Le attività di assistenza legale possono essere svolte anche al di fuori del processo, senza che venga a verificarsi l’intervento diretto del giudice. In tal caso si parla di procedura stragiudiziale ed è possibile conseguire un accordo in grado non solo di rivelarsi più rapido, ma anche di soddisfare le controparti. Il tutto senza andare ad intasare ulteriormente le aule di tribunale, con iter processuali che possono dilatarsi anche in maniera significativa.
In altre occasioni, invece, la controversia sfocerà in un vero e proprio giudizio, il quale avverrà solo in un secondo momento. L’attività prestata, in questo caso, rappresenta quindi una anticipazione, la quale deve comunque essere liquidata.
Questo genere di attività, però, comporta un problema aggiuntivo, quello rappresentato dalla parcella e dalla sua quantificazione. Andiamo a vedere perché.
La parcella stragiudiziale: il problema è nella dimostrazione
Per quanto riguarda la parcella stragiudiziale, il vero problema per l’avvocato che ha prestato il suo operato in una assistenza legale avvenuta al di fuori di un’aula di tribunale è rappresentato dalla dimostrazione del lavoro prestato.

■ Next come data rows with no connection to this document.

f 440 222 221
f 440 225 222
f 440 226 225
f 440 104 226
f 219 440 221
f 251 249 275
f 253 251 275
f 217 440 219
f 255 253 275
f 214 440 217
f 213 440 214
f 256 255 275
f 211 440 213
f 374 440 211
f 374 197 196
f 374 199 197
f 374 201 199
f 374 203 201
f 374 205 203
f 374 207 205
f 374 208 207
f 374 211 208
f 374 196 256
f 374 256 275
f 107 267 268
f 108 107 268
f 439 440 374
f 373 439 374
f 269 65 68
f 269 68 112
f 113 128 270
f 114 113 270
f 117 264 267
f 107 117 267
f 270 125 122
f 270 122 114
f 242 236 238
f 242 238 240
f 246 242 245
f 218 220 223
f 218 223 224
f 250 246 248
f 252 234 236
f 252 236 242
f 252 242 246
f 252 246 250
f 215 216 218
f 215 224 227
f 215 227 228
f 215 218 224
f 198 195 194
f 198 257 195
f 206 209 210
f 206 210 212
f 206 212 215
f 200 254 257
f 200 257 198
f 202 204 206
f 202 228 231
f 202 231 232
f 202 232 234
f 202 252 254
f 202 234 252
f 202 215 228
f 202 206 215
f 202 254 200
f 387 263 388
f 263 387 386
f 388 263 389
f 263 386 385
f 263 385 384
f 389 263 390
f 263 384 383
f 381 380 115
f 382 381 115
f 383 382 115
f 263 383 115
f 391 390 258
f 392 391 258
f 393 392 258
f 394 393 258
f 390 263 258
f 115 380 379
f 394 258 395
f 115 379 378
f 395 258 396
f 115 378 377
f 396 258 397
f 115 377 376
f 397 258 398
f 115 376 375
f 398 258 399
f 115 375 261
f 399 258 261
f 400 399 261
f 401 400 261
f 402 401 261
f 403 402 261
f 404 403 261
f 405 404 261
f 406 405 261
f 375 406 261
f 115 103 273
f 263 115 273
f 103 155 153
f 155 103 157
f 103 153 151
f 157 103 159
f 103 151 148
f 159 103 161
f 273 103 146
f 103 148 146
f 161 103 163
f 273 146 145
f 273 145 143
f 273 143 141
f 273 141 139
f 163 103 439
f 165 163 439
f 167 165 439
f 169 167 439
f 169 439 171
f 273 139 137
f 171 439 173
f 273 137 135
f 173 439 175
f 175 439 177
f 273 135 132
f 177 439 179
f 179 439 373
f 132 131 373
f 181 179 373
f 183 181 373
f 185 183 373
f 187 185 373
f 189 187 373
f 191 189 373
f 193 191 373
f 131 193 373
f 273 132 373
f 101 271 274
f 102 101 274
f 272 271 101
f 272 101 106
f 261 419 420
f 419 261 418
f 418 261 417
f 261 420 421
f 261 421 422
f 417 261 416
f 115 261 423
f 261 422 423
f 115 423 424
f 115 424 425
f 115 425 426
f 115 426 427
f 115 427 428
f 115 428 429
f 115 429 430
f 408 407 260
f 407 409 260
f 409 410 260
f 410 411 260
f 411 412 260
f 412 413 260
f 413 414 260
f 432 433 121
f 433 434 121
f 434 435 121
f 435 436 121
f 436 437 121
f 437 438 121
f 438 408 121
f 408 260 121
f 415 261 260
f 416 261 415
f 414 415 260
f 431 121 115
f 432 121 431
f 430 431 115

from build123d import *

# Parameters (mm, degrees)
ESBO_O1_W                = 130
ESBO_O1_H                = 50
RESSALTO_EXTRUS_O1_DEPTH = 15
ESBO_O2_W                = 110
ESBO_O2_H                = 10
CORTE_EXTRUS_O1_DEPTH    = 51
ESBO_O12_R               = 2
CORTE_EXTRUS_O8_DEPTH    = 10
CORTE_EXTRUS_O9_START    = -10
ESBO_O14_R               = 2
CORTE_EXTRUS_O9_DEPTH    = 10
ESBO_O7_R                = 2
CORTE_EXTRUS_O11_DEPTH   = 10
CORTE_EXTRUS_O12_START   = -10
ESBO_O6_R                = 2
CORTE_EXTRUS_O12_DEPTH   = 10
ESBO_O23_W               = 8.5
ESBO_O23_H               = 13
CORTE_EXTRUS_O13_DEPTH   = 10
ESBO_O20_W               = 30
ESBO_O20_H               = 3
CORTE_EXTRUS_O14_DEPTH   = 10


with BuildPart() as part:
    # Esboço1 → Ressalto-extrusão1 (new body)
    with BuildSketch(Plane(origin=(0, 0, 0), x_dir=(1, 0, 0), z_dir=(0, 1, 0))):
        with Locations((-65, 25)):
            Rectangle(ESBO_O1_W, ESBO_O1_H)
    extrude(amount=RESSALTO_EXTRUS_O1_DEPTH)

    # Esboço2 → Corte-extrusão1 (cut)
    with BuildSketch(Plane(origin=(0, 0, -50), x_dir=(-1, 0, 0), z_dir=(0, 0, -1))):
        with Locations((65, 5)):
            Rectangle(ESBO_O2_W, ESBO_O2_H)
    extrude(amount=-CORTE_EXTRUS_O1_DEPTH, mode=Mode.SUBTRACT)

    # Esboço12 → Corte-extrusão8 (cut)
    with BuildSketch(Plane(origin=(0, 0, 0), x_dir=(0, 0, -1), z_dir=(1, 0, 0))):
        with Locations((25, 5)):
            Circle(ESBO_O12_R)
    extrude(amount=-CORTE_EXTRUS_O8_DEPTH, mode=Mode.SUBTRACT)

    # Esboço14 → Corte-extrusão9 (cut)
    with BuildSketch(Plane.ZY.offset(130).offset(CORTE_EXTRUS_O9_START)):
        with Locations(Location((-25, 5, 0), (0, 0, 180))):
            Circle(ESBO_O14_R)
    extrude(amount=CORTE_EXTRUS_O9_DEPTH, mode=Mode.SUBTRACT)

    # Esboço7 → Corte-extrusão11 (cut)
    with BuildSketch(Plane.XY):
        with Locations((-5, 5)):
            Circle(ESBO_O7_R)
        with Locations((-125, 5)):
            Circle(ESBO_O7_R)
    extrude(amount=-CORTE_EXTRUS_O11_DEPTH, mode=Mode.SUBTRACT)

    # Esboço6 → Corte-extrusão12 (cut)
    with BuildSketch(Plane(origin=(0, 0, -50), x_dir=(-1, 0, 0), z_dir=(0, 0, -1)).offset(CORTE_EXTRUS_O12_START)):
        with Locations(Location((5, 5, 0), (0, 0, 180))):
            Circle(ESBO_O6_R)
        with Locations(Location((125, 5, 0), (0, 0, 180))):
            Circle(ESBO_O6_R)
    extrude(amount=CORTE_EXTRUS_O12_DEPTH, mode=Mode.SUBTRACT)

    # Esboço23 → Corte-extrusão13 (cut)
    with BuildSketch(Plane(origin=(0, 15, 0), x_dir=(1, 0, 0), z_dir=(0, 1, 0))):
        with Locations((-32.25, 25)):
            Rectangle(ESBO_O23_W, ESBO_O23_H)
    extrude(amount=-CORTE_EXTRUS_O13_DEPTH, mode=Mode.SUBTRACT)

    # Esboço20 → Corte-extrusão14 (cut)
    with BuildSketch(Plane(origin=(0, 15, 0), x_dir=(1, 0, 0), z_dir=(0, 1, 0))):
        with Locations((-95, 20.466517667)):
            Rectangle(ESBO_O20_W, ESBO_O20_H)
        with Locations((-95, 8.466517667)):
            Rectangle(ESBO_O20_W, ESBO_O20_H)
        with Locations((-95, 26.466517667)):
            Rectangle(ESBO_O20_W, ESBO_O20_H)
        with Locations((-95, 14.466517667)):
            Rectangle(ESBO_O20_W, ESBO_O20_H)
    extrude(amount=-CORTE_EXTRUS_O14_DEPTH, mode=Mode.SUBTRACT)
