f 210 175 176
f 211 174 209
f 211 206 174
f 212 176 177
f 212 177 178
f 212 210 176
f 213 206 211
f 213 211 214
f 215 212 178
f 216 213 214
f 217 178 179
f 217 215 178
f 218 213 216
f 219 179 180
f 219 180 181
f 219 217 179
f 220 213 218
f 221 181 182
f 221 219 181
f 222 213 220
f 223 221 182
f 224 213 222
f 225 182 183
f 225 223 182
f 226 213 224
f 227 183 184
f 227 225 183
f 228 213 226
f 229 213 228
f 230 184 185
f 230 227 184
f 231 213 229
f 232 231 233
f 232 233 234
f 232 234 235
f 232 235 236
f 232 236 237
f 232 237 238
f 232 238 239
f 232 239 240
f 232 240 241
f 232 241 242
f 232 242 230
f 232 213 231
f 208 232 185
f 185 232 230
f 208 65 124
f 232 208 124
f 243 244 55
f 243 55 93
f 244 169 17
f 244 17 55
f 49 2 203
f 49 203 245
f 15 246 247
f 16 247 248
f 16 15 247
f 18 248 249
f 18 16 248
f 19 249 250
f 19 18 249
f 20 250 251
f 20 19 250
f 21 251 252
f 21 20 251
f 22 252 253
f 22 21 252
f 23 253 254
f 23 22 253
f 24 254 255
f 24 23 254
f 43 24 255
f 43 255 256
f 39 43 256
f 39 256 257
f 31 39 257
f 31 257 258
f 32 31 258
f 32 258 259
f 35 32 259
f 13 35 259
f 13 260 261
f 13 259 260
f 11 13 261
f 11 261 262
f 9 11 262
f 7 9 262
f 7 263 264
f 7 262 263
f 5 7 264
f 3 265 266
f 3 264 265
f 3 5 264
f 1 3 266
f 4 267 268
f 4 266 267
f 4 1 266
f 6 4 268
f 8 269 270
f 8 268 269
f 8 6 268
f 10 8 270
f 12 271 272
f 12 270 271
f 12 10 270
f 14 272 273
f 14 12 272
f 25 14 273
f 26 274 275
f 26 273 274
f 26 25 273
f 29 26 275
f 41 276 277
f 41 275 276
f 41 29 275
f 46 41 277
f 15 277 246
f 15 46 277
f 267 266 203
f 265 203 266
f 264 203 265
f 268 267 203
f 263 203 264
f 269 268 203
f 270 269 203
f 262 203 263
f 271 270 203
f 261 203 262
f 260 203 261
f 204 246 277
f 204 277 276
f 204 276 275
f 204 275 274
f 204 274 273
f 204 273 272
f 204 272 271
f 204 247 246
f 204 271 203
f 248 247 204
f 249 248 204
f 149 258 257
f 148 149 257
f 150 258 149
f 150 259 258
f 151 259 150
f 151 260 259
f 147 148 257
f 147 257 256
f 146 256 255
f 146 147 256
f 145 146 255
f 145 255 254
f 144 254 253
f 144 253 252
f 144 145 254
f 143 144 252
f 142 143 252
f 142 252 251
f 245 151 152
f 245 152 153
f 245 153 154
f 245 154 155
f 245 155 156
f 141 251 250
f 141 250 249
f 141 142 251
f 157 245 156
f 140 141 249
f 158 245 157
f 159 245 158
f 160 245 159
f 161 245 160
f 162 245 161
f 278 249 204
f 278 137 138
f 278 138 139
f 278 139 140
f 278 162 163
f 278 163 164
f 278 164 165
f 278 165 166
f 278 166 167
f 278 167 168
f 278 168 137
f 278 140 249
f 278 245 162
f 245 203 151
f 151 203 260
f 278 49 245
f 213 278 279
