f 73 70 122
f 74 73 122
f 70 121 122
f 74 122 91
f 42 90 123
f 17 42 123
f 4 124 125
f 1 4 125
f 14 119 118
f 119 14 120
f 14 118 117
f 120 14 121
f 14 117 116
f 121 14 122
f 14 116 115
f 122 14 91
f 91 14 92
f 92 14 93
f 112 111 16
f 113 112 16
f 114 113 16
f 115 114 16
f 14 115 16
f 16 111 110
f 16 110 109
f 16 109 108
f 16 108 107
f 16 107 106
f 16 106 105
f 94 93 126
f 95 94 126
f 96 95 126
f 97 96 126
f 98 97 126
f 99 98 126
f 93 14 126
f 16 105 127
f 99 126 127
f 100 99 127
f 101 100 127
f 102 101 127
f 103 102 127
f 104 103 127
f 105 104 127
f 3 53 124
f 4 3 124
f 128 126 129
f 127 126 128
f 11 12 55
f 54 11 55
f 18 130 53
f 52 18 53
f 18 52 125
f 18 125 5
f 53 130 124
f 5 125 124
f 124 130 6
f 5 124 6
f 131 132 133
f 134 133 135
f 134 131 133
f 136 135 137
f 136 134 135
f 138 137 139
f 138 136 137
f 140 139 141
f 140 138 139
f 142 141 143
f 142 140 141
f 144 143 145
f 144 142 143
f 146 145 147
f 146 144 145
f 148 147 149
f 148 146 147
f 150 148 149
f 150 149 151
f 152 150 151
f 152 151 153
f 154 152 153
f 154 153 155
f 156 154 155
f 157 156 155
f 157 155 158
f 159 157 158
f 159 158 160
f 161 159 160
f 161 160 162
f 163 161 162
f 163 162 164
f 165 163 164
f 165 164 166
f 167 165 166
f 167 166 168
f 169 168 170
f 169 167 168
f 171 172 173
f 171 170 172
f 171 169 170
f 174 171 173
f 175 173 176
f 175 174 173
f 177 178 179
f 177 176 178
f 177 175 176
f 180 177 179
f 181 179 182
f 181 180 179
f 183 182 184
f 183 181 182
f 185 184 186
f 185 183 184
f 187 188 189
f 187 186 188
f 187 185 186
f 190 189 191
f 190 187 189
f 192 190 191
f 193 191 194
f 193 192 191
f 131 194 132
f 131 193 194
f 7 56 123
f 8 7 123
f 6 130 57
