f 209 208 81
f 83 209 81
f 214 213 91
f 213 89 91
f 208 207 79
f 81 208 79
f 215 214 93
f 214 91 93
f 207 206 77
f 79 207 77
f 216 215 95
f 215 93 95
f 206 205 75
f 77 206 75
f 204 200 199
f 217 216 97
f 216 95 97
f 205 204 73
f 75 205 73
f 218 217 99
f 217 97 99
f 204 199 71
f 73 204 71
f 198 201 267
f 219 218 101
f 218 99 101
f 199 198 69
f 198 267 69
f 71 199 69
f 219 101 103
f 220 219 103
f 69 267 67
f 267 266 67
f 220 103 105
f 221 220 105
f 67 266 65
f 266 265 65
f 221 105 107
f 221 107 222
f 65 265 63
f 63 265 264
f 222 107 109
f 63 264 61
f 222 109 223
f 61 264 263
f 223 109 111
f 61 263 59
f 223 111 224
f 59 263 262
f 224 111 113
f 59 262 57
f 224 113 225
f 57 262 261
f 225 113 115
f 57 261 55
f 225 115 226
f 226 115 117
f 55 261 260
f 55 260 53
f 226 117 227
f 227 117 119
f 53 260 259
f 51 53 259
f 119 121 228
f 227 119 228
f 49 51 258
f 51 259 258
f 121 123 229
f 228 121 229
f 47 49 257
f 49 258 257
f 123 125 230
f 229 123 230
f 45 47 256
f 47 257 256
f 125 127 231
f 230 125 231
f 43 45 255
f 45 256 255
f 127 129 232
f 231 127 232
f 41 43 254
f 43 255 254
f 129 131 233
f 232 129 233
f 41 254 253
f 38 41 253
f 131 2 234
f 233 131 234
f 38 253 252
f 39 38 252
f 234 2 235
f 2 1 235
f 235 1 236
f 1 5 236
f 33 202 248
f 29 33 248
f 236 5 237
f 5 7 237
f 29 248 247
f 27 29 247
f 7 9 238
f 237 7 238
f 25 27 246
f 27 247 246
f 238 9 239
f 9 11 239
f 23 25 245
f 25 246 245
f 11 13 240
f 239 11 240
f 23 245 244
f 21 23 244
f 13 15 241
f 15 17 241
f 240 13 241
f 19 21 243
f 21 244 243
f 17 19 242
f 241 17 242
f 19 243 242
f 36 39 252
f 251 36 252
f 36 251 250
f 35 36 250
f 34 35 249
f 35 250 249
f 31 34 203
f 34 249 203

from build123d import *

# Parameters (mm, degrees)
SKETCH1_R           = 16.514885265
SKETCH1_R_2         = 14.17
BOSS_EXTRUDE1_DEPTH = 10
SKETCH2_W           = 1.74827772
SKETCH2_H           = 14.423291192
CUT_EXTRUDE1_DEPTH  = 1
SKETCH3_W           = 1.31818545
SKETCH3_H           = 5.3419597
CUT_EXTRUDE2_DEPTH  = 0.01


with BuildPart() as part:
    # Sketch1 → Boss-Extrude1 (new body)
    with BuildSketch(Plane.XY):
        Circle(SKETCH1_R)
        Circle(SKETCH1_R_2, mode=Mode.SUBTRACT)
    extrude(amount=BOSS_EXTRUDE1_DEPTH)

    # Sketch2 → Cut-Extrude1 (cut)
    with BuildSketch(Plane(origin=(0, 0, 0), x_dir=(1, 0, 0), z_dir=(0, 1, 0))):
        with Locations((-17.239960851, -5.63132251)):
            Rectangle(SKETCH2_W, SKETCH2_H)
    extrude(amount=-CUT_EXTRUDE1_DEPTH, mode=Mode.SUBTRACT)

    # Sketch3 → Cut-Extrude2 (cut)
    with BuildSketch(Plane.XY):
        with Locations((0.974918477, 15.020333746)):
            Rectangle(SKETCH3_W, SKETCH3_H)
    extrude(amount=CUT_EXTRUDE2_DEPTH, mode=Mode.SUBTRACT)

Soprattutto nel caso in cui non ci sia stato un accordo preventivo, il professionista deve essere in grado di provare la prestazione svolta. Per farlo, può ricorrere in particolare a due modi:
- l’esibizione di testimoni che abbiano assistito direttamente al conferimento dell’incarico;
- quella di corrispondenza e documenti probanti.
Il secondo caso è ad esempio tipico della richiesta di un parere ad un avvocato tramite posta elettronica o un sistema di messaggistica.
Il diritto al compenso, viene meno soltanto nel caso in cui le controparti avevano concordato preventivamente per la gratuità della prestazione. In questo caso, però, l’avvocato ha diritto al rimborso delle spese effettivamente sostenute durante il suo incarico.
Parcella stragiudiziale: a quanto può ammontare?
A quanto può ammontare la parcella stragiudiziale? Il totale dipende proprio dalla prestazione svolta. Solitamente gli avvocati chiedono tra i cento e i trecento euro per una consulenza verbale e tra i duecento e i mille per un parere scritto. Al totale occorre poi aggiungere l’Iva (22%) e le spese di cassa forense (4%).
La spesa sale poi nel caso di una conciliazione, in cui la parcella stragiudiziale dipende dal valore della lite. In questo caso, nella fase di attivazione il compenso va da un minimo di 60 euro ove la conciliazione arrivi ad un massimo di 1.100, ad un massimo di 510 per liti il cui valore si attesti tra i 26mila e i 52mila euro.
Mentre nella fase di conciliazione gli estremi vanno a situarsi tra 180 e 1.530 euro.
L’orientamento della Corte di Cassazione
Infine, si ricorda l’orientamento della Corte di Cassazione, espressa dalla seconda sezione civile con la sentenza n. 13106 del 24/06/2015. All’interno di essa si afferma che un avvocato può chiedere di essere compensato per le attività stragiudiziali effettuate soltanto nel caso in cui sia in grado di dimostrare l’avvenuto conferimento dell’incarico.
In pratica, la sentenza emessa afferma l’insufficienza della fattura, della bozza di un contratto o di un atto di citazione privi di sottoscrizione da parte del cliente. Occorre invece il mandato in grado di dimostrare l’avvenuto conferimento dell’incarico, sotto forma di un documento tale da rappresentare un riconoscimento dell’attività svolta per conto del cliente.